> [YOUR GOAL] Each line of the listing below, from the very first to the one that contains "v 18.919 9.109 8.747", is to be retyped exactly as it stands.

※

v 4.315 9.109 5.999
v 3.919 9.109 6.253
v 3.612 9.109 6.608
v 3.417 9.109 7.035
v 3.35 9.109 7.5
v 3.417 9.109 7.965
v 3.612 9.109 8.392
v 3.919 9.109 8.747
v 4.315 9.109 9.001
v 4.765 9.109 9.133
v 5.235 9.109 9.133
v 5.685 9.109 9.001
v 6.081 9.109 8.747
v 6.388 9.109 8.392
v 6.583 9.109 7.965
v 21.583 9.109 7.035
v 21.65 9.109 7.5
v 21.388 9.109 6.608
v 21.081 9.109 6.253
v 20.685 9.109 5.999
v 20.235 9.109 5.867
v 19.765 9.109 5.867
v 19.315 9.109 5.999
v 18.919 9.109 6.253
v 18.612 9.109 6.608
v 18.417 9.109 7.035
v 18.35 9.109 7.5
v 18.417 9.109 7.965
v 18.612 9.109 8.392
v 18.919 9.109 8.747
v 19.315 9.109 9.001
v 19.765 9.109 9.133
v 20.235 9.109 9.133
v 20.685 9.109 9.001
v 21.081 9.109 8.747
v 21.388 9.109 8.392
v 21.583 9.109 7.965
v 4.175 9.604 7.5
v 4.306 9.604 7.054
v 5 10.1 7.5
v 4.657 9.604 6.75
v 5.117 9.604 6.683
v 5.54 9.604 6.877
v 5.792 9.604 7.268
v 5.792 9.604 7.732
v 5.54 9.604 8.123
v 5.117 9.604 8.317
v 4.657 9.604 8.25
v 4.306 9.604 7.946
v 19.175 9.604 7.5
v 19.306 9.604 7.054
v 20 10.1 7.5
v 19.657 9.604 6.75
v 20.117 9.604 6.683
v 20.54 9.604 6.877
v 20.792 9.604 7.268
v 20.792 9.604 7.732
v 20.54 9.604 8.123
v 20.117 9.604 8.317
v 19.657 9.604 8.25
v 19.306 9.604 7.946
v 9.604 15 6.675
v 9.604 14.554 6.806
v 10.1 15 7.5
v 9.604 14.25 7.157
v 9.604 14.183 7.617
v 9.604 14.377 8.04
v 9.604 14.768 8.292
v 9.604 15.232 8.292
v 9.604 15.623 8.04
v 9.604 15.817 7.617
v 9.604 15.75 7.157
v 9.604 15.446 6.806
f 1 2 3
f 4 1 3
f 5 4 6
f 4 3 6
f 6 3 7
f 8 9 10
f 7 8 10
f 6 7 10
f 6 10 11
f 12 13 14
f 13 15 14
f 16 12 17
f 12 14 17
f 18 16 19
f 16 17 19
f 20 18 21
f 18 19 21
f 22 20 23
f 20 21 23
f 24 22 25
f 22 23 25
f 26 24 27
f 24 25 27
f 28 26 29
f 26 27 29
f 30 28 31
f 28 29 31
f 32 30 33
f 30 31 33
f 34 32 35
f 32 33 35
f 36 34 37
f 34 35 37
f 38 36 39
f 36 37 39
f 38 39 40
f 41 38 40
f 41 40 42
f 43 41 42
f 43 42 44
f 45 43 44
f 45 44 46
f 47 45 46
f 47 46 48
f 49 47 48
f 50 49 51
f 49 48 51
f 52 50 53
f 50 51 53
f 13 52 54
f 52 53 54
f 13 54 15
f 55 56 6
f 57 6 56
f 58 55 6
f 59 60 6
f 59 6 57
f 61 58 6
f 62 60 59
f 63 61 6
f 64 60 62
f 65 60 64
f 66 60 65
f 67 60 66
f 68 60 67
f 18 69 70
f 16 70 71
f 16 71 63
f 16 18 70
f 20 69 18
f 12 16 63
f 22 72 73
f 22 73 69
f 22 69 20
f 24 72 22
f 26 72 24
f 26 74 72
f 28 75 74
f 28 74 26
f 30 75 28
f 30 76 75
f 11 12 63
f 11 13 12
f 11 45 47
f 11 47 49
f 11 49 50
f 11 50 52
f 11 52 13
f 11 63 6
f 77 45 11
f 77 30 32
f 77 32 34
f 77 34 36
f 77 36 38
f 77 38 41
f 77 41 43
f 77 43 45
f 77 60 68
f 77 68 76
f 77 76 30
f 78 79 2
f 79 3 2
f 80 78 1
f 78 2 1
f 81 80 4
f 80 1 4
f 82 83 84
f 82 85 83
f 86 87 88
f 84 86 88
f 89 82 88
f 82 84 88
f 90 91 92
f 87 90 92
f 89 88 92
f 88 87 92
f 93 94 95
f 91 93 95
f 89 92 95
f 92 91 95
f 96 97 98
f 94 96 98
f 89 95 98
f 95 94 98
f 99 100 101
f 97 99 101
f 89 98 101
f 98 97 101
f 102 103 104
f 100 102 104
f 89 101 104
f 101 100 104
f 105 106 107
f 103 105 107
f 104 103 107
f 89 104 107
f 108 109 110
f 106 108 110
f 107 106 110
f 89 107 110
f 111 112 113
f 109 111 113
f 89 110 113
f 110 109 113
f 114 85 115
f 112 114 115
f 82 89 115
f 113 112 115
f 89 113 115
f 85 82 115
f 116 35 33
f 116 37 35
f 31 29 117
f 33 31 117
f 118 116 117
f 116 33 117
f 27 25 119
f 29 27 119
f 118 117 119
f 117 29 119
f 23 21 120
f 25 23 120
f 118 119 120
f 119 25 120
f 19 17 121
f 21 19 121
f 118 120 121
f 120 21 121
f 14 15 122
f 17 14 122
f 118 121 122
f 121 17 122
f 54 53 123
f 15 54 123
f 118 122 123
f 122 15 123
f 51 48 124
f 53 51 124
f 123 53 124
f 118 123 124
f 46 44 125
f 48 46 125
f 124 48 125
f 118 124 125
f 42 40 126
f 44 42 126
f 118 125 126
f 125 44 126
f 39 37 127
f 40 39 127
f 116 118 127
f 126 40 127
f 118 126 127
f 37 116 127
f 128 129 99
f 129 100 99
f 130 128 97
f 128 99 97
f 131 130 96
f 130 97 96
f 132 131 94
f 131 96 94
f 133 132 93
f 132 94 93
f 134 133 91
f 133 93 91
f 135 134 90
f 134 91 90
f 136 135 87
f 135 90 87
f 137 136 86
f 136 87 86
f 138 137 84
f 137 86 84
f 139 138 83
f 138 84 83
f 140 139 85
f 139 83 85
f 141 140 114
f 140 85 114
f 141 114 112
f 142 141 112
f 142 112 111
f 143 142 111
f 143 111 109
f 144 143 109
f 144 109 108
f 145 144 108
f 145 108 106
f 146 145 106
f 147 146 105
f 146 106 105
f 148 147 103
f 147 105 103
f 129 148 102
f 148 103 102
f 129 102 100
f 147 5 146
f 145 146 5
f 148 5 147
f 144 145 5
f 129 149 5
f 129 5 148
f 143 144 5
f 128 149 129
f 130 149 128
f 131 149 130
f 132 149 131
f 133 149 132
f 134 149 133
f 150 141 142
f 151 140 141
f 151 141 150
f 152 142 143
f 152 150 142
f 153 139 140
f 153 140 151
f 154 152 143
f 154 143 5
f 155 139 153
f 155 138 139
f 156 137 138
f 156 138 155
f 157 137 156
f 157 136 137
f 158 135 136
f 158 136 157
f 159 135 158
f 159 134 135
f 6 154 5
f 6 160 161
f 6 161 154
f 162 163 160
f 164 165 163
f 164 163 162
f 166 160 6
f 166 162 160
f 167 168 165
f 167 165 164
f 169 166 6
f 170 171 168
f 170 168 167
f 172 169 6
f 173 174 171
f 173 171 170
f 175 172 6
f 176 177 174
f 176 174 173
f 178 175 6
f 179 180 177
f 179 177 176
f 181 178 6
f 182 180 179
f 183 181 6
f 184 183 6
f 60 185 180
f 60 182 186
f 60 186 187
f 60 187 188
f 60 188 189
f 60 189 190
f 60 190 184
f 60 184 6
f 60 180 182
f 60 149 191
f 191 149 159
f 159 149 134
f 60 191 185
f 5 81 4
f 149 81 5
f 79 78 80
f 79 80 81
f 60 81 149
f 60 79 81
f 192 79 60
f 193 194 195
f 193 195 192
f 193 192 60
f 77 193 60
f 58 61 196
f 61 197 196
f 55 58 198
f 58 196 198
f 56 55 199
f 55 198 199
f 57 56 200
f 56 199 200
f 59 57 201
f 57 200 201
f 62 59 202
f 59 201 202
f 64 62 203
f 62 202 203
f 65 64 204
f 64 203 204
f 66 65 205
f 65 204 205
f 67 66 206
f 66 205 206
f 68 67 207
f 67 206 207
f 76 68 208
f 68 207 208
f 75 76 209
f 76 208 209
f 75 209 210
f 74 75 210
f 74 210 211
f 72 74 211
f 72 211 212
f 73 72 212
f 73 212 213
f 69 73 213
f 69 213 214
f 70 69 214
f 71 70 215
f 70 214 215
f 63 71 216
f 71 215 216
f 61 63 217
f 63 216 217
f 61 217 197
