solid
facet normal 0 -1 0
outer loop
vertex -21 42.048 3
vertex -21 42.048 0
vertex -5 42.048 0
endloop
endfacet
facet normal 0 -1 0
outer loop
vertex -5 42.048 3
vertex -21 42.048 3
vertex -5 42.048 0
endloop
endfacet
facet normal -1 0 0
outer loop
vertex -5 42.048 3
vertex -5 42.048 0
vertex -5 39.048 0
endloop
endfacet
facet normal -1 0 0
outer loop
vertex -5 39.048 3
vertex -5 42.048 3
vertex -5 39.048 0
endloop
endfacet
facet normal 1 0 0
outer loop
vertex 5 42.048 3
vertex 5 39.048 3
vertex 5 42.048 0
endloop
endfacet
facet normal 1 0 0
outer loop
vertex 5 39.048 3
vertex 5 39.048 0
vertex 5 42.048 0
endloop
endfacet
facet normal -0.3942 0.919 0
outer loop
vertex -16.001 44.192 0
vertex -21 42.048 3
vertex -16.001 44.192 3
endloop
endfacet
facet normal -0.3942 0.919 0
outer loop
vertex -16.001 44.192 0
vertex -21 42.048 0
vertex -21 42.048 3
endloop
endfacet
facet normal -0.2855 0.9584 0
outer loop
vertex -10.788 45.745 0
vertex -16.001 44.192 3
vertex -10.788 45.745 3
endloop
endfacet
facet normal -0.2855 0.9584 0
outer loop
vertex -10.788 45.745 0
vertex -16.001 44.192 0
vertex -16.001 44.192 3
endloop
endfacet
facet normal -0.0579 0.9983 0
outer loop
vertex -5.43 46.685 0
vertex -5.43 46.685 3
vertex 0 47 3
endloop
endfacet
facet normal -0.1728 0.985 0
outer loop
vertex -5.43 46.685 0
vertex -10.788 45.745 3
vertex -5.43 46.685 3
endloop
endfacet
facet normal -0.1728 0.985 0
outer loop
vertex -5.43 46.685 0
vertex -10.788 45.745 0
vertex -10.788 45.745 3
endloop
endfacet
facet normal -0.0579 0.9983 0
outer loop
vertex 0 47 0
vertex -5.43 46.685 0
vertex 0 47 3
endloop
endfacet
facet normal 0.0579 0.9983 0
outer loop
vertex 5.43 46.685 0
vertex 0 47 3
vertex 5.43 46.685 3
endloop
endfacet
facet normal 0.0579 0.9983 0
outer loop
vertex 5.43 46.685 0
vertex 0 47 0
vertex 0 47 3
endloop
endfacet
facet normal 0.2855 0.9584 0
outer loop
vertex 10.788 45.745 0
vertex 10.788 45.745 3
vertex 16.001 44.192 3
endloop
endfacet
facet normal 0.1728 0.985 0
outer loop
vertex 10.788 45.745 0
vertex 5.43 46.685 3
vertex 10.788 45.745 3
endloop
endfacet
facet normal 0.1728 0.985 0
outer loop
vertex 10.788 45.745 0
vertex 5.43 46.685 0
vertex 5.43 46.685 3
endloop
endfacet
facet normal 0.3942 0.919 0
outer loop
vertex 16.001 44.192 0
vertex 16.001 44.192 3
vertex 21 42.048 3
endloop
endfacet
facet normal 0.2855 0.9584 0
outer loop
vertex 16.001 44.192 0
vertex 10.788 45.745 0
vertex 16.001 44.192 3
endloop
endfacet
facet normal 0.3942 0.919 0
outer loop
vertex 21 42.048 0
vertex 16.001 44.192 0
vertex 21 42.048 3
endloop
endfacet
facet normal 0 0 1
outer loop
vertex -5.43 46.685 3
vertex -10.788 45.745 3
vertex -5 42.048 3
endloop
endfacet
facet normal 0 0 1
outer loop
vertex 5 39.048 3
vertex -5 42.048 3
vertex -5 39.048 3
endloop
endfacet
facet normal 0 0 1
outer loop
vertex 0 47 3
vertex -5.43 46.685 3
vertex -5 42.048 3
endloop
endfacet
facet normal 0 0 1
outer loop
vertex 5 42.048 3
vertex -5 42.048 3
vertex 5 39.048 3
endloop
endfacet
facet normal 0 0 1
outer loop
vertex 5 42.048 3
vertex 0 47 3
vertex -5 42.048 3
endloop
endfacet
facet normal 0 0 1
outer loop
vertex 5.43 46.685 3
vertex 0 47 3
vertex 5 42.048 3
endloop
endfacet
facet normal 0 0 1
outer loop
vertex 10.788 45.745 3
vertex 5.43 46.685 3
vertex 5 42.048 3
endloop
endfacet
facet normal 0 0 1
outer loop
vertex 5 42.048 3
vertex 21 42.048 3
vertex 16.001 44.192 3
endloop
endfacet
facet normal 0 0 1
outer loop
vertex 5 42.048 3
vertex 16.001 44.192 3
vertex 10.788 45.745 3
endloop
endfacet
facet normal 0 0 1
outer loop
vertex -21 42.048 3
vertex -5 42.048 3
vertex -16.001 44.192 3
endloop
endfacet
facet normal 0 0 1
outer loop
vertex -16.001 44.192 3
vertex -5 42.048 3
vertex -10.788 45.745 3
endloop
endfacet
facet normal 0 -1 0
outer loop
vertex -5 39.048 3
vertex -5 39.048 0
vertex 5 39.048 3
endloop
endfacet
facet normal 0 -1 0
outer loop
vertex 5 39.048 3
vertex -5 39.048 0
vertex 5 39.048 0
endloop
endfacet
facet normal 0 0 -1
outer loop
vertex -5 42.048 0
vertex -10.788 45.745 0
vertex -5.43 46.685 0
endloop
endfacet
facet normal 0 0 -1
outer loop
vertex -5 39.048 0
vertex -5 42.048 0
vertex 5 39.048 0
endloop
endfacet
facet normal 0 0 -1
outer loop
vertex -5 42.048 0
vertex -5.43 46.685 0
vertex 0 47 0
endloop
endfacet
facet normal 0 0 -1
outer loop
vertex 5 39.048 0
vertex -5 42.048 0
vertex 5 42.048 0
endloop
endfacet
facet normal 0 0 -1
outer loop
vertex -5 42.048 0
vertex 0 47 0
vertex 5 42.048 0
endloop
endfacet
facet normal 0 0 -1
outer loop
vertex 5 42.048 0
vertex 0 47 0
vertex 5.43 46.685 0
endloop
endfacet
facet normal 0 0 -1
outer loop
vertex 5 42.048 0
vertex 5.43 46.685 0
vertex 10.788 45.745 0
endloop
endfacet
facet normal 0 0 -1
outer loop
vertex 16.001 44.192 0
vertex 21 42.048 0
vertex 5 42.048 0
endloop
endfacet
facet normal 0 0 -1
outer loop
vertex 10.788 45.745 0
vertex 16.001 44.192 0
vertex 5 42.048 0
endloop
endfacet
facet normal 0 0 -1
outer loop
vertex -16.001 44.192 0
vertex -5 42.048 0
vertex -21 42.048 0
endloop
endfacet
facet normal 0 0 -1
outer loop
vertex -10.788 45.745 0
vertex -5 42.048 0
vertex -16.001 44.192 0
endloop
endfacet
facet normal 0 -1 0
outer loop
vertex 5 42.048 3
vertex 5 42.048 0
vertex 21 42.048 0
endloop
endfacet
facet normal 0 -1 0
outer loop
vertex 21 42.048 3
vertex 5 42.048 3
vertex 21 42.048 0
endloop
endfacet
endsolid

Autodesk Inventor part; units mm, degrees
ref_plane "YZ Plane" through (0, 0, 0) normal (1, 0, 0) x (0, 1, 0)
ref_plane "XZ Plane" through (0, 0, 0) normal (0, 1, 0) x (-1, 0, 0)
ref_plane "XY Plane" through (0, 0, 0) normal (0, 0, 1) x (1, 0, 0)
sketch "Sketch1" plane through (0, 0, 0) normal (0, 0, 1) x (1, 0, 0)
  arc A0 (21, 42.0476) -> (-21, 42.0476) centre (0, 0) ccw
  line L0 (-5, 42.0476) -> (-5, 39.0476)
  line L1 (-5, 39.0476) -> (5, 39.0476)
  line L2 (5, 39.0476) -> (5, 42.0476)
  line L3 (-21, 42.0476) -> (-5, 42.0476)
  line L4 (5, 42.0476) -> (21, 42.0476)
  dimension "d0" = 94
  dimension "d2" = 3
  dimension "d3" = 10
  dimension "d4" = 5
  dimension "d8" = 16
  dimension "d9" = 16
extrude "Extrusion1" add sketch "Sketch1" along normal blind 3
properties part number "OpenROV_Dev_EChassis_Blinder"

※

> [REPLY]
v 4.315 9.109 5.999
v 3.919 9.109 6.253
v 3.612 9.109 6.608
v 3.417 9.109 7.035
v 3.35 9.109 7.5
v 3.417 9.109 7.965
v 3.612 9.109 8.392
v 3.919 9.109 8.747
v 4.315 9.109 9.001
v 4.765 9.109 9.133
v 5.235 9.109 9.133
v 5.685 9.109 9.001
v 6.081 9.109 8.747
v 6.388 9.109 8.392
v 6.583 9.109 7.965
v 21.583 9.109 7.035
v 21.65 9.109 7.5
v 21.388 9.109 6.608
v 21.081 9.109 6.253
v 20.685 9.109 5.999
v 20.235 9.109 5.867
v 19.765 9.109 5.867
v 19.315 9.109 5.999
v 18.919 9.109 6.253
v 18.612 9.109 6.608
v 18.417 9.109 7.035
v 18.35 9.109 7.5
v 18.417 9.109 7.965
v 18.612 9.109 8.392
v 18.919 9.109 8.747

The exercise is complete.